Le 25 mai, Boulogne et occupée. La « poche » de Dunkerque se referme.

Ce même jour, Paul Reynaud assiste à des prières solennelles à Notre-Dame…

Le général Weygand, le commandant en chef, parle de plus en plus d’une demande d’armistice. Paul Reynaud rencontre Winston Churchill, le premier ministre de Grande Bretagne et évoque une « cessation des hostilités ».

Le communiqué de l’Etat Major annonce :

« En fin de journée, hier, nous avons consolidé nos positions sur la Somme ».

Le 26 mai, l’Amirauté britannique lance le plan « Dynamo », qui met en place le dispositif du réembarquement des troupes anglaises à Dunkerque.

Le 26 mai, toujours, « L’Humanité » clandestine titre :

« L’intérêt du pays exige que soit chassé le gouvernement des ‘200 familles’ ».

Le journal considère que « Le désastre militaire s’est encore étendu. Les avant-gardes allemandes sont à Reims, à Amiens et à Abbeville. La région du nord est coupée du reste de la France. La perte de l’armée anglo-franco-belge est presque certaine (…) Si la nomiation de Weygand comme chef de l’armée a fait remonter les actions du Canal de Suez, dont il est administrateur, de 12475 à 13850 francs, elle n’a pas changé la situation militaire… »

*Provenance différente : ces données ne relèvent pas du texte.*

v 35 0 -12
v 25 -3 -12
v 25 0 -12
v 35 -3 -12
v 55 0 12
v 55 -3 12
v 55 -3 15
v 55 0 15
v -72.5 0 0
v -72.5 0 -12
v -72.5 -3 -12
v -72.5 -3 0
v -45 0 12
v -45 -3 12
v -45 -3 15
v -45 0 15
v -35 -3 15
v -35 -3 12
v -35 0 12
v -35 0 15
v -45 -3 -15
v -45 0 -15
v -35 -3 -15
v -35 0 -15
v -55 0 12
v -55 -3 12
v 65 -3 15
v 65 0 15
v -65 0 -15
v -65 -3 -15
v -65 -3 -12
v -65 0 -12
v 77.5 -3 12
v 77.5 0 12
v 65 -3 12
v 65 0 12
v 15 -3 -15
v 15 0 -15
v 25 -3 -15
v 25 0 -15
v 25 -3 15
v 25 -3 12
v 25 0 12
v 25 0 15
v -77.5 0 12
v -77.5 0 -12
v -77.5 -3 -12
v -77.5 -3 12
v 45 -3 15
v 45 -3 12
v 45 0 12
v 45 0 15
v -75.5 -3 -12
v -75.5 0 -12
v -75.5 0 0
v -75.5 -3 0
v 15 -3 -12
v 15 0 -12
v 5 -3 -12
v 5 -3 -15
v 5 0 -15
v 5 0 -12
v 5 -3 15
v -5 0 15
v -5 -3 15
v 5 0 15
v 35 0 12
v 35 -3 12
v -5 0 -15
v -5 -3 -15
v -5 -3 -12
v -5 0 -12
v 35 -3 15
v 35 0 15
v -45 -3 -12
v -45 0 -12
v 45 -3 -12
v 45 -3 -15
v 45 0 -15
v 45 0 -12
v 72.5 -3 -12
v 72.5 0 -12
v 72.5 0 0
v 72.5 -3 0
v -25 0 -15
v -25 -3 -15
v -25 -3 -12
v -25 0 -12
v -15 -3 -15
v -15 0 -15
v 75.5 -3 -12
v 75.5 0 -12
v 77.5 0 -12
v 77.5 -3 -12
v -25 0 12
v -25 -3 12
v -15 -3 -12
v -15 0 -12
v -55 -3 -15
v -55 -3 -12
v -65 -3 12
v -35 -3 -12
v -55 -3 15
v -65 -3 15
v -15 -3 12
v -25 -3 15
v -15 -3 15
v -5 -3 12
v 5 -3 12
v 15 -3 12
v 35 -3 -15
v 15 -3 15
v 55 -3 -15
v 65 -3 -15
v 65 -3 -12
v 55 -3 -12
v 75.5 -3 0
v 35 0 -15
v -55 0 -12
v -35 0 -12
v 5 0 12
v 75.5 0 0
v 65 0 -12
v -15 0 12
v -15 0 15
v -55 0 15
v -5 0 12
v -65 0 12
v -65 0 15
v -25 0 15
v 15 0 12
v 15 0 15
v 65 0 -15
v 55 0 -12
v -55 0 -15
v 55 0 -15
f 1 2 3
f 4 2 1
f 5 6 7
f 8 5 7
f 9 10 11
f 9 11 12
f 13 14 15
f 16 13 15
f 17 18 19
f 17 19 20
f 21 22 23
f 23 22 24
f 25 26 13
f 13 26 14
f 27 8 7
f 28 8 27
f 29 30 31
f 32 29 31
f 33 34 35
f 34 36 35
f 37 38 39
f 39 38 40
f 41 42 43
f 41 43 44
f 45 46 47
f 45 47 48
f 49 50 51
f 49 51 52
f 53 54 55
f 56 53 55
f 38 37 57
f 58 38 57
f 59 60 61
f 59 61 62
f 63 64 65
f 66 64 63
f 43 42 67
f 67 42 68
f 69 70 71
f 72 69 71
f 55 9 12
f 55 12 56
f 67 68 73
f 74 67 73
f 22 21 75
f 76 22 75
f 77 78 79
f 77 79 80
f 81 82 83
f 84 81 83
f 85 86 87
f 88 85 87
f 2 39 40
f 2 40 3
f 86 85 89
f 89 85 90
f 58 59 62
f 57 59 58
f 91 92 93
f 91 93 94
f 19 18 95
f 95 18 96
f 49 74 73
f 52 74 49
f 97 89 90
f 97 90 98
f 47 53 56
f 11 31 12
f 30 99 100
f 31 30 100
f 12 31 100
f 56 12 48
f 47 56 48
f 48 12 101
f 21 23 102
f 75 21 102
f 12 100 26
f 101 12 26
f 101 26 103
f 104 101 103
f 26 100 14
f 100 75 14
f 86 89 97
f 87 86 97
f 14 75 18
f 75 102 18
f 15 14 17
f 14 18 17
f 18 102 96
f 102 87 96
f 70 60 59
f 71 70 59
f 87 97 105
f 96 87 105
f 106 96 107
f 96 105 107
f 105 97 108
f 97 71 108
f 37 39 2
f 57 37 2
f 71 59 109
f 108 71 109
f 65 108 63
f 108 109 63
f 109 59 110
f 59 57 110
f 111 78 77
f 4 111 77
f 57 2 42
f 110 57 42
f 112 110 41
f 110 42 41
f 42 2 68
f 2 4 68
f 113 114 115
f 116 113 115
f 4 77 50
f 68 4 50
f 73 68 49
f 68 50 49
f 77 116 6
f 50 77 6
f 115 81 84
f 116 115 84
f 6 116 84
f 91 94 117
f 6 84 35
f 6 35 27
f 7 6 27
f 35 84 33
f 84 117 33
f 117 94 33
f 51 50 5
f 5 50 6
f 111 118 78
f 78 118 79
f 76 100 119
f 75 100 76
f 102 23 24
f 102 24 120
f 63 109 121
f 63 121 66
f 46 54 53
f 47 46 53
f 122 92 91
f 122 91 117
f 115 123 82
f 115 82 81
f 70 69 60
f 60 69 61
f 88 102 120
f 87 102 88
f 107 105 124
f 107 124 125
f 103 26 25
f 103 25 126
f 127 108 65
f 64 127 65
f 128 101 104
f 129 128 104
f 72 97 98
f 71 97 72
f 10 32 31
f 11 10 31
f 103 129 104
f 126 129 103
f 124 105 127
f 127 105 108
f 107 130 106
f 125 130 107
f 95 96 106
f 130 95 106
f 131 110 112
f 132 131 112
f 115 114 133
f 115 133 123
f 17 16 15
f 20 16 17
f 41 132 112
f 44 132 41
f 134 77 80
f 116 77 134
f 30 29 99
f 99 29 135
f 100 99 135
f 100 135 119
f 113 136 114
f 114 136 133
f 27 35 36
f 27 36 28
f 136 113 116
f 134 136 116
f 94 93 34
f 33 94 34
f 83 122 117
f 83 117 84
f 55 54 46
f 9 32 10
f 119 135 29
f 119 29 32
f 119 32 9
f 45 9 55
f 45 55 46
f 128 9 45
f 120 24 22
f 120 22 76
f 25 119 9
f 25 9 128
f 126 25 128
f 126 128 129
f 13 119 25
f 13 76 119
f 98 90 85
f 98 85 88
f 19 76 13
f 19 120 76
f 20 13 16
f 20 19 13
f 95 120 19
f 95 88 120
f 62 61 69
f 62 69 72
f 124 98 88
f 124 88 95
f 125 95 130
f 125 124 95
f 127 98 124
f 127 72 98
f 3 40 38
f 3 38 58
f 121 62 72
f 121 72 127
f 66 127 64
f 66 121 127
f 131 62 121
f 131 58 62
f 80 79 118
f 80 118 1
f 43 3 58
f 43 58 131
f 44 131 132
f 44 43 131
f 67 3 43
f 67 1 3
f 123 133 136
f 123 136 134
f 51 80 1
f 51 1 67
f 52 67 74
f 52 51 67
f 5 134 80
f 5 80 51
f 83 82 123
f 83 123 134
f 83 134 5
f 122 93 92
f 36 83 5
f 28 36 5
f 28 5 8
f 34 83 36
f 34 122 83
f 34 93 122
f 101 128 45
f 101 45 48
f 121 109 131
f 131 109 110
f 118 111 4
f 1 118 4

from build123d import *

# Parameters (mm, degrees)
F0_W     = 145
F0_H     = 30
F1_DEPTH = 3
F2_W     = 10
F2_H     = 3
F3_DEPTH = 25
F4_DEPTH = 5
F5_DEPTH = 5
F6_W     = 3
F6_H     = 12
F7_DEPTH = 25


with BuildPart() as f1:
    # F0 (on Front) → F1 (new body)
    with BuildSketch(Plane.XZ):
        Rectangle(F0_W, F0_H)
    extrude(amount=F1_DEPTH)

    # F2 (on face) → F3 (cut)
    with BuildSketch(Plane.XZ.offset(3)):
        with Locations((-70, -13.5)):
            Rectangle(F2_W, F2_H)
        with Locations((-70, 13.5)):
            Rectangle(F2_W, F2_H)
        with Locations((-50, -13.5)):
            Rectangle(F2_W, F2_H)
        with Locations((-50, 13.5)):
            Rectangle(F2_W, F2_H)
        with Locations((-30, -13.5)):
            Rectangle(F2_W, F2_H)
        with Locations((-30, 13.5)):
            Rectangle(F2_W, F2_H)
        with Locations((-10, -13.5)):
            Rectangle(F2_W, F2_H)
        with Locations((-10, 13.5)):
            Rectangle(F2_W, F2_H)
        with Locations((10, -13.5)):
            Rectangle(F2_W, F2_H)
        with Locations((10, 13.5)):
            Rectangle(F2_W, F2_H)
        with Locations((30, -13.5)):
            Rectangle(F2_W, F2_H)
        with Locations((30, 13.5)):
            Rectangle(F2_W, F2_H)
        with Locations((50, -13.5)):
            Rectangle(F2_W, F2_H)
        with Locations((50, 13.5)):
            Rectangle(F2_W, F2_H)
        with Locations((70, -13.5)):
            Rectangle(F2_W, F2_H)
        with Locations((70, 13.5)):
            Rectangle(F2_W, F2_H)
    extrude(amount=-F3_DEPTH, mode=Mode.SUBTRACT)

    # F4 (add): faces of the model
    f4_faces = [f1.faces().sort_by_distance(p)[0] for p in [
        (72.5, -1.5, 0),
        (-72.5, -1.5, 0),
    ]]
    extrude(f4_faces, amount=F4_DEPTH, dir=(1, 0, 0))

    # F5 (add): a face of the model
    f5_faces = [f1.faces().sort_by_distance(p)[0] for p in [
        (-72.5, -1.5, 0),
    ]]
    extrude(f5_faces, amount=F5_DEPTH)

    # F6 (on face) → F7 (cut)
    with BuildSketch(Plane(origin=(0, 0, 0), x_dir=(-1, 0, 0), z_dir=(0, 1, 0))):
        with Locations((-74, -6)):
            Rectangle(F6_W, F6_H)
        with Locations((74, -6)):
            Rectangle(F6_W, F6_H)
    extrude(amount=-F7_DEPTH, mode=Mode.SUBTRACT)


solid = f1.part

En évoquant le décret Sérol et les Cours martiales mises en place pour juger les communistes, « L’Humanité » poursuit :

« C’est un pas de plus dans la voie d’une dictature militaire, dernier espoir de 200 familles ».

« L’Oeuvre », quotidien de « gauche » annonce « l’arrestation des femmes de Gabriel Péri et d’André Marty » et l’information selon laquelle « Quinze officiers généraux ont été relevés de leur commandement ».

Le 27 mai, le roi de Belges, Léopold III capitule.

Du 29 mai au 4 juin, alors que sur la Somme le front est calme, la bataille fait rage autour de la « poche » de Dunkerque. La ville tombe le 4. Les 4/5ème de l’armée anglaise (250.000 hommes) et la moitié de l’armée française (120.000 homme), ont réussi à s’échapper en Grande-Bretagne sur des milliers d’embarcations. Elles franchissent la Manche sous le feu permanent de la Luftwaffe.

Le livre de Robert Merle, « Week-end à Zuydcoote », et le film qui en a été tiré, relatent cette tragédie.

Le 2 juin, Pie XII prononce un discours à Rome, devant le Sacré Collège, dans lequel il exhorte les belligérants à respecter dans les pays occupés « l’honneur, la propriété, le droit de la famille, la liberté de pratique religieuse ».

Le 3 juin, à 13h30, premiers et violents bombardements allemands sur Paris : 300 morts et 550 blessés. C’est le début de l’exode des Parisiens.

Le 5 juin, les écoles primaires de paris sont fermées par décision gouvernementale.

Le 5 juin encore, les forces du Reich attaquent sur l’ensemble du front de la Somme en direction du sud.